Contractual requirements for vendors:
- Model documentation available and up to date
- Update notifications for model changes
- Incident support and reporting procedures
- Contractual guarantees for data governance and security
- Capability to implement Art. 50 downstream (disclosure/labelling) where relevant
Sources: [so-27], [so-36]
5. Compliance Mapping: Playbook to EU AI Act¶
| EU AI Act Article | Requirement | Playbook Module | Template |
|---|---|---|---|
| Art. 5 | Prohibited practices | Risk Pre-Scan | Section A |
| Art. 6 + Annex III | High-risk classification | Compliance Hub | Risk Classification |
| Art. 9 | Risk management system | Risk Pre-Scan + Gates | Risk Analysis |
| Art. 10 | Data governance | Data Pipelines + Fairness Check | Data & Privacy Sheet |
| Art. 11-12 | Technical documentation | Technical standards | Model Card |
| Art. 13 | Transparency | Hard Boundaries | Objective Card |
| Art. 14 | Human oversight | AI Collaboration Modes | Project Charter |
| Art. 15 | Accuracy & security | Evidence Standards | Validation Report |
| Art. 50 | Transparency obligation | Hard Boundaries | Objective Card |
6. EU AI Act Timeline¶
The EU AI Act has a phased entry into force. The dates below are binding.
- 1 August 2024 — Regulation enters into force.
- 2 February 2025 — Prohibited practices take effect (Art. 5) + obligation for AI literacy for involved personnel.
- 2 August 2025 — GPAI rules take effect (general-purpose AI / foundation models).
- 2 August 2026 — Most obligations take effect, including Annex III high-risk systems.
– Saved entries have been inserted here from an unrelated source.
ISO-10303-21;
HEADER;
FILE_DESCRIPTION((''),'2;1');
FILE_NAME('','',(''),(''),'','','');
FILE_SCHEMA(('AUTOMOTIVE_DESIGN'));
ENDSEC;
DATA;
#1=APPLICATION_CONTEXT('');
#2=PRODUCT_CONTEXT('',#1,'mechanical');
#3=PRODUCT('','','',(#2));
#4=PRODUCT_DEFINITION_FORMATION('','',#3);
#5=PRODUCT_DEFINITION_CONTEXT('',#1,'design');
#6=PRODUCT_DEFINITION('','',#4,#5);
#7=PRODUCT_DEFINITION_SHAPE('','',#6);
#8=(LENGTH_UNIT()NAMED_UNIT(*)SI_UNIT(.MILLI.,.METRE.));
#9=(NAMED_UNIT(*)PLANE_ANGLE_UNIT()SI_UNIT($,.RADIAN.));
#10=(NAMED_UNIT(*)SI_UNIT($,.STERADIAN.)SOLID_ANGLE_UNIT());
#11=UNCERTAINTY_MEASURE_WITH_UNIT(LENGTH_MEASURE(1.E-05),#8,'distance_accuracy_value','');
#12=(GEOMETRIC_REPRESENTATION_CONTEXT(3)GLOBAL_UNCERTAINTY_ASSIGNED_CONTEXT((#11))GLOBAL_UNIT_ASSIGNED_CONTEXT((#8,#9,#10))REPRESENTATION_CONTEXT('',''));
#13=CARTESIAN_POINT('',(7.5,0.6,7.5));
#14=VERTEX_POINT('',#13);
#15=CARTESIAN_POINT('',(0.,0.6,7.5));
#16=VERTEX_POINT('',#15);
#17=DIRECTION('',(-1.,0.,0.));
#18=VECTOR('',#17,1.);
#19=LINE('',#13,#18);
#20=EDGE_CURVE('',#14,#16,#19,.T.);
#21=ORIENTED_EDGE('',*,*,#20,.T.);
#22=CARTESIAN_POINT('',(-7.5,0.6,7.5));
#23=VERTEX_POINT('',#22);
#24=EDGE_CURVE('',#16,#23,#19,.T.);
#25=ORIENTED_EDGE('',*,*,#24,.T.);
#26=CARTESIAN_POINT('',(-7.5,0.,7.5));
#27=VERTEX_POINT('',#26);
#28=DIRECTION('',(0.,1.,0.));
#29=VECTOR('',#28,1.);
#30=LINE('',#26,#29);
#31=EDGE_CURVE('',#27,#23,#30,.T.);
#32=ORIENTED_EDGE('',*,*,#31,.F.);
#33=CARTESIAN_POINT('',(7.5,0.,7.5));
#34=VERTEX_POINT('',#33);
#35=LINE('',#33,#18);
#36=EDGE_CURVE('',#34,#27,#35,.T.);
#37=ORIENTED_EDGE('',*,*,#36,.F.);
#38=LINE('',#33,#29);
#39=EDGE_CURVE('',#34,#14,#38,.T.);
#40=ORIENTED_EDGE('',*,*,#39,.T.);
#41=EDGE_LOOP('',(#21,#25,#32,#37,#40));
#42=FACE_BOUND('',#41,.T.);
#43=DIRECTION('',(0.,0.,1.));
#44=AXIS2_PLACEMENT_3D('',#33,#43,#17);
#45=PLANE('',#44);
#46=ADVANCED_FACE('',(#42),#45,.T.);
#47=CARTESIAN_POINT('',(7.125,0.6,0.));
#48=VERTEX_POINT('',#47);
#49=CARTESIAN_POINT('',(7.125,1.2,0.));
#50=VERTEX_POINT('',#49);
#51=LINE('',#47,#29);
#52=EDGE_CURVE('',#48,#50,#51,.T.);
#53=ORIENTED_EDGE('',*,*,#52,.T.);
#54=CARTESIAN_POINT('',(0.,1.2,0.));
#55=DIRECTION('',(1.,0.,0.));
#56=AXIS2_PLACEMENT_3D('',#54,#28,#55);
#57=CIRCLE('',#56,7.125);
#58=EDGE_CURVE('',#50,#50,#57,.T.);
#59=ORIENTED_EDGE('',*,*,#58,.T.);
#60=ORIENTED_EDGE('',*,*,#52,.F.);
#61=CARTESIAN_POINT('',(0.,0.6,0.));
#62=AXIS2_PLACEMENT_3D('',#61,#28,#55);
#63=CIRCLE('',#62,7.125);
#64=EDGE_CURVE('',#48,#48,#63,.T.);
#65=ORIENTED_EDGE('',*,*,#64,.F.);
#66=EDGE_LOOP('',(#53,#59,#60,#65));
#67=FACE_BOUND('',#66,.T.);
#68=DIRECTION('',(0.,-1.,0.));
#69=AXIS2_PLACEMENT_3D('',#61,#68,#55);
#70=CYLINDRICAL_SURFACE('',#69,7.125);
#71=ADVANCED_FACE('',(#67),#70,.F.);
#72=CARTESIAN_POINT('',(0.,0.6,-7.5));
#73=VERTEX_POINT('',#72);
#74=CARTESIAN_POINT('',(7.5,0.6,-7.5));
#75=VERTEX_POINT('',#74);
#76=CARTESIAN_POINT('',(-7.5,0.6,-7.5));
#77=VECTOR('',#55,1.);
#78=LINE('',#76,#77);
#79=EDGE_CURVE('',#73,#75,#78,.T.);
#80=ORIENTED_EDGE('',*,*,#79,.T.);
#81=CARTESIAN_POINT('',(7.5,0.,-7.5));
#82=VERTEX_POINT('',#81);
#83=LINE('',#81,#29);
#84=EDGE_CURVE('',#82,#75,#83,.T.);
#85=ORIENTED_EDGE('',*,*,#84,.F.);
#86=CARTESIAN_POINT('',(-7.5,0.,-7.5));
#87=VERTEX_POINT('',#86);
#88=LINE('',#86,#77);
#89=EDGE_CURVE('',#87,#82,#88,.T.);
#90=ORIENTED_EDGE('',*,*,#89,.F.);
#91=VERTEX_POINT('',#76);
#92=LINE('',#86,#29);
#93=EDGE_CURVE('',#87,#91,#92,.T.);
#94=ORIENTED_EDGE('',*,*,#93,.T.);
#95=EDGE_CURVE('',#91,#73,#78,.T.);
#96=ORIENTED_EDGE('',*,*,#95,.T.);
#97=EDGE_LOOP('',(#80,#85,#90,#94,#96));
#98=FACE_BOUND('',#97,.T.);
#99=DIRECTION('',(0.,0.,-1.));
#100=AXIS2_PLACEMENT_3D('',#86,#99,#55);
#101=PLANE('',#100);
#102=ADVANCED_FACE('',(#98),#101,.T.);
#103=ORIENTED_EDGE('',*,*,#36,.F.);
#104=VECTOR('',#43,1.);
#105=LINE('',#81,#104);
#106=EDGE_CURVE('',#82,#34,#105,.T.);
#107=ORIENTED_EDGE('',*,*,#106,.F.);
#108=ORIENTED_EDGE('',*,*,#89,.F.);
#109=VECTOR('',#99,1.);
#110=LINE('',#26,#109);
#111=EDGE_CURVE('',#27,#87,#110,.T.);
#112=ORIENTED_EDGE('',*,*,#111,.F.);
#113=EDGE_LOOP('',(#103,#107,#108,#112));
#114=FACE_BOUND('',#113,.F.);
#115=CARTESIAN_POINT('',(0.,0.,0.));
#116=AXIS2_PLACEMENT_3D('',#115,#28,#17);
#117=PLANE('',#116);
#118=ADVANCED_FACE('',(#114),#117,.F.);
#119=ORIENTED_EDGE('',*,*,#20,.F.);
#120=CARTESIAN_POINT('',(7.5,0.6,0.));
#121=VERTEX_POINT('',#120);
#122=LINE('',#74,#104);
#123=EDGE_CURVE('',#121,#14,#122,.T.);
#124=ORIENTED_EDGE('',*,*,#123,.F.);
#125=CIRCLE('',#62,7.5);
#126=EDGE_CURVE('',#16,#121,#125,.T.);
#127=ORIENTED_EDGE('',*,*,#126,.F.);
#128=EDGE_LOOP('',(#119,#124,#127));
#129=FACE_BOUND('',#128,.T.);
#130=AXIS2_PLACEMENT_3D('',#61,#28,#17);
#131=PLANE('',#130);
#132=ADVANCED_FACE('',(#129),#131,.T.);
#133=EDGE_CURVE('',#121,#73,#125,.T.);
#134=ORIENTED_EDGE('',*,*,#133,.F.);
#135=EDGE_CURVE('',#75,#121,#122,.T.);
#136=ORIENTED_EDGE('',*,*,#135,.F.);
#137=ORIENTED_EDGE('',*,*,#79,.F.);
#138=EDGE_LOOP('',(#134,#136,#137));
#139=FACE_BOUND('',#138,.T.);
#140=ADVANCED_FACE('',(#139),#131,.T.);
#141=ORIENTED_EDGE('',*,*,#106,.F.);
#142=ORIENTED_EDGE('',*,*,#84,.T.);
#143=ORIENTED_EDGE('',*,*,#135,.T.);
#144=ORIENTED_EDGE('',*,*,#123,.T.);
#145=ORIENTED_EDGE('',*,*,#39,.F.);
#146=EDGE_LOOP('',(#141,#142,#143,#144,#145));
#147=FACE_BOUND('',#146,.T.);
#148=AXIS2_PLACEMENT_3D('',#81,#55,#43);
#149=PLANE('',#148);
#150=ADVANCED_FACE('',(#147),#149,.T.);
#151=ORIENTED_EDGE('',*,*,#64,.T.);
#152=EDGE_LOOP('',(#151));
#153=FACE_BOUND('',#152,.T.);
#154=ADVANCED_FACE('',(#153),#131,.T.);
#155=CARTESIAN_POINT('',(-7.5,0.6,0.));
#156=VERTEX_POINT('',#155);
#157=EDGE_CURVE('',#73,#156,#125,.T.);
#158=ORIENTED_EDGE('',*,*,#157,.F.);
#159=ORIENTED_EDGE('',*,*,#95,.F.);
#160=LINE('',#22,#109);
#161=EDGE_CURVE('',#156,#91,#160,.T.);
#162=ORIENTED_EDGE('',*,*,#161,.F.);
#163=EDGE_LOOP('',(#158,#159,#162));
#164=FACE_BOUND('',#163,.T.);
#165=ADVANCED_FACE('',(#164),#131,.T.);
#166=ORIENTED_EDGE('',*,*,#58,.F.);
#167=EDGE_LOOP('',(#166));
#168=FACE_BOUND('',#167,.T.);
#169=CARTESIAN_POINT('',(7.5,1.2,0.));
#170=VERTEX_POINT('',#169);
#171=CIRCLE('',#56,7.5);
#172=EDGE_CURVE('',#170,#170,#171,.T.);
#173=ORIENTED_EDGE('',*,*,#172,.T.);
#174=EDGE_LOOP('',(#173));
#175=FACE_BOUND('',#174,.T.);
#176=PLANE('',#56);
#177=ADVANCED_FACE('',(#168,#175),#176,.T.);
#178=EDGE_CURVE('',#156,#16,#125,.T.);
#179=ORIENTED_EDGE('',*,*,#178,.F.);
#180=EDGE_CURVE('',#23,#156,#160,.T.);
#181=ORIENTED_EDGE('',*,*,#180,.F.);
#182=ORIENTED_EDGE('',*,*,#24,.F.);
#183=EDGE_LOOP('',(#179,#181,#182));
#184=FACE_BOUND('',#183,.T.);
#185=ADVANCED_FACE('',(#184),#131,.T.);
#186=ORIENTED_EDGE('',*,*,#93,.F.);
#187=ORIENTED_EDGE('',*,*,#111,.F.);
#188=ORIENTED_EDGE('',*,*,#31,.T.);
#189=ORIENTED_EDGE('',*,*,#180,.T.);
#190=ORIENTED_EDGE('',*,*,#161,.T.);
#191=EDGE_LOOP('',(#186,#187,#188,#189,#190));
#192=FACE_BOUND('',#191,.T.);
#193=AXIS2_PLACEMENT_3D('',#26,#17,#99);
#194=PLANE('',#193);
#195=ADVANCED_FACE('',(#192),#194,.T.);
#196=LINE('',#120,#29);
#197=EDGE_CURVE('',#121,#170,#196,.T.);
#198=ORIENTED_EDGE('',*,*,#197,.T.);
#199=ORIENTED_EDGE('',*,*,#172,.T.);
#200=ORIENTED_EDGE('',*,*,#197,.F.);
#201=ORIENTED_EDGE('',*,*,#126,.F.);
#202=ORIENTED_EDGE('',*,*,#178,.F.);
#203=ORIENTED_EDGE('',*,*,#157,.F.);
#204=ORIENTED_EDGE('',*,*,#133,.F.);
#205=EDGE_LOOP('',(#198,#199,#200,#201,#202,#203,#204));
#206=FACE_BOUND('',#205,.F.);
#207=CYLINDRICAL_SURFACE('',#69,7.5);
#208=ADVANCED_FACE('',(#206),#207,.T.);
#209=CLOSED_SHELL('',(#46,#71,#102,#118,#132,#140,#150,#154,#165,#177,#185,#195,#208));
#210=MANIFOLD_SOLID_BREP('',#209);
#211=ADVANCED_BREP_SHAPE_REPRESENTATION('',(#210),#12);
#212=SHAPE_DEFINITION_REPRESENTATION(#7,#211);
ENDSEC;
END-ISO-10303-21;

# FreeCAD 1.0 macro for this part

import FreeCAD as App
import Part
import Sketcher

doc = App.newDocument("Part")
body = doc.addObject("PartDesign::Body", "Body")

# Sketch on XZ plane
sketch1 = doc.addObject("Sketcher::SketchObject", "Sketch")
body.addObject(sketch1)
sketch1.AttachmentSupport = (doc.XZ_Plane, [""])
sketch1.MapMode = "FlatFace"
sketch1.addGeometry([
    Part.LineSegment(App.Vector(8, -8, 0), App.Vector(-8, -8, 0)),
    Part.LineSegment(App.Vector(-8, -8, 0), App.Vector(-8, 8, 0)),
    Part.LineSegment(App.Vector(-8, 8, 0), App.Vector(8, 8, 0)),
    Part.LineSegment(App.Vector(8, 8, 0), App.Vector(8, -8, 0)),
], False)
sketch1.addConstraint([
    Sketcher.Constraint("Coincident", 0, 2, 1, 1),
    Sketcher.Constraint("Coincident", 1, 2, 2, 1),
    Sketcher.Constraint("Coincident", 2, 2, 3, 1),
    Sketcher.Constraint("Coincident", 3, 2, 0, 1),
    Sketcher.Constraint("Horizontal", 0),
    Sketcher.Constraint("Vertical", 1),
    Sketcher.Constraint("Horizontal", 2),
    Sketcher.Constraint("Vertical", 3),
    Sketcher.Constraint("Symmetric", 0, 2, 2, 2, -1, 1),
    Sketcher.Constraint("Equal", 2, 1),
    Sketcher.Constraint("DistanceX", 0, 2, 0, 1, 15.0),
])
pad1 = doc.addObject("PartDesign::Pad", "Pad")
body.addObject(pad1)
pad1.Profile = sketch1
pad1.Length = 0.6
pad1.Reversed = True

# Sketch on XZ plane
sketch2 = doc.addObject("Sketcher::SketchObject", "Sketch001")
body.addObject(sketch2)
sketch2.AttachmentSupport = (doc.XZ_Plane, [""])
sketch2.MapMode = "FlatFace"
sketch2.AttachmentOffset = App.Placement(App.Vector(0, 0, -0.6), App.Rotation())
sketch2.addGeometry([
    Part.Circle(App.Vector(0, 0, 0), App.Vector(0, 0, 1), 8),
    Part.Circle(App.Vector(0, 0, 0), App.Vector(0, 0, 1), 7),
], False)
sketch2.addConstraint([
    Sketcher.Constraint("Coincident", 0, 3, -1, 1),
    Sketcher.Constraint("Coincident", 1, 3, -1, 1),
    Sketcher.Constraint("Diameter", 0, 15.0),
    Sketcher.Constraint("Diameter", 1, 14.25),
])
pad2 = doc.addObject("PartDesign::Pad", "Pad001")
body.addObject(pad2)
pad2.Profile = sketch2
pad2.Length = 0.6
pad2.Reversed = True

doc.recompute()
- 2 August 2027 — Extended transition period for specific categories: high-risk AI in regulated products + GPAI models already on the market (legacy).
Sources: [so-27], [so-36]
7. EU AI Act Compliance Checklist (High Risk)¶
Prior to development:
- Risk classification determined (not Unacceptable)
- Annex III categorisation documented
- Risk management system established
During development:
- Data governance measures implemented
- Technical documentation maintained
- Human oversight built in
Before go-live:
- Validation Report meets Art. 15 requirements
- Transparency requirements implemented
- Conformity assessment completed (if required)
- CE marking (if applicable)
After go-live:
- Monitoring and logging active
- Incident reporting procedure ready
- Periodic compliance review planned
8. Additional Legislation & Belgian Context¶
Withdrawal of the AI Liability Directive (AILD)¶
In February 2025 the European Commission announced the withdrawal of the proposal for the AI Liability Directive, officially published in October 2025. The AILD was intended to ease the burden of proof for victims of AI-related harm via a "rebuttable presumption of causality".
Consequence for Belgian organisations: there is currently no harmonised EU directive for AI liability. Liability falls back on:
- General Belgian liability law (Art. 1382 BW)
- The revised Product Liability Directive (PLD) — see below
Source: [so-40]
Revised Product Liability Directive (PLD)¶
The revised PLD (Directive (EU) 2024/2853) entered into force on 8 December 2024 and now explicitly includes software and AI systems as products. Belgium must transpose this into national law by 9 December 2026.
Key points for AI projects:
- AI software falls under the definition of "product" → product liability applies
- Damage caused by defective AI systems can be recovered from the manufacturer/provider
- Documentation obligations under the EU AI Act support the PLD defence
Source: [so-41]
Scope per Regulation (Belgium)¶
| Regulation | Applicable? | Deadline |
|---|---|---|
| EU AI Act | ✅ Yes — directly applicable as EU regulation | Phased until Aug 2027 |
| GDPR / AVG | ✅ Yes — additionally applicable | Ongoing |
| PLD (revised) | ✅ Yes — after transposition into Belgian law | Dec 2026 |
| AI Liability Directive | ❌ Withdrawn — not in force | N/A |
| Colorado AI Act (US) | ❌ Not applicable to Belgian market | N/A |
Legal Fragmentation
With the withdrawal of the AILD, organisations are now navigating a patchwork of national legislation. Document your AI systems thoroughly via the EU AI Act obligations: this also forms your PLD defence.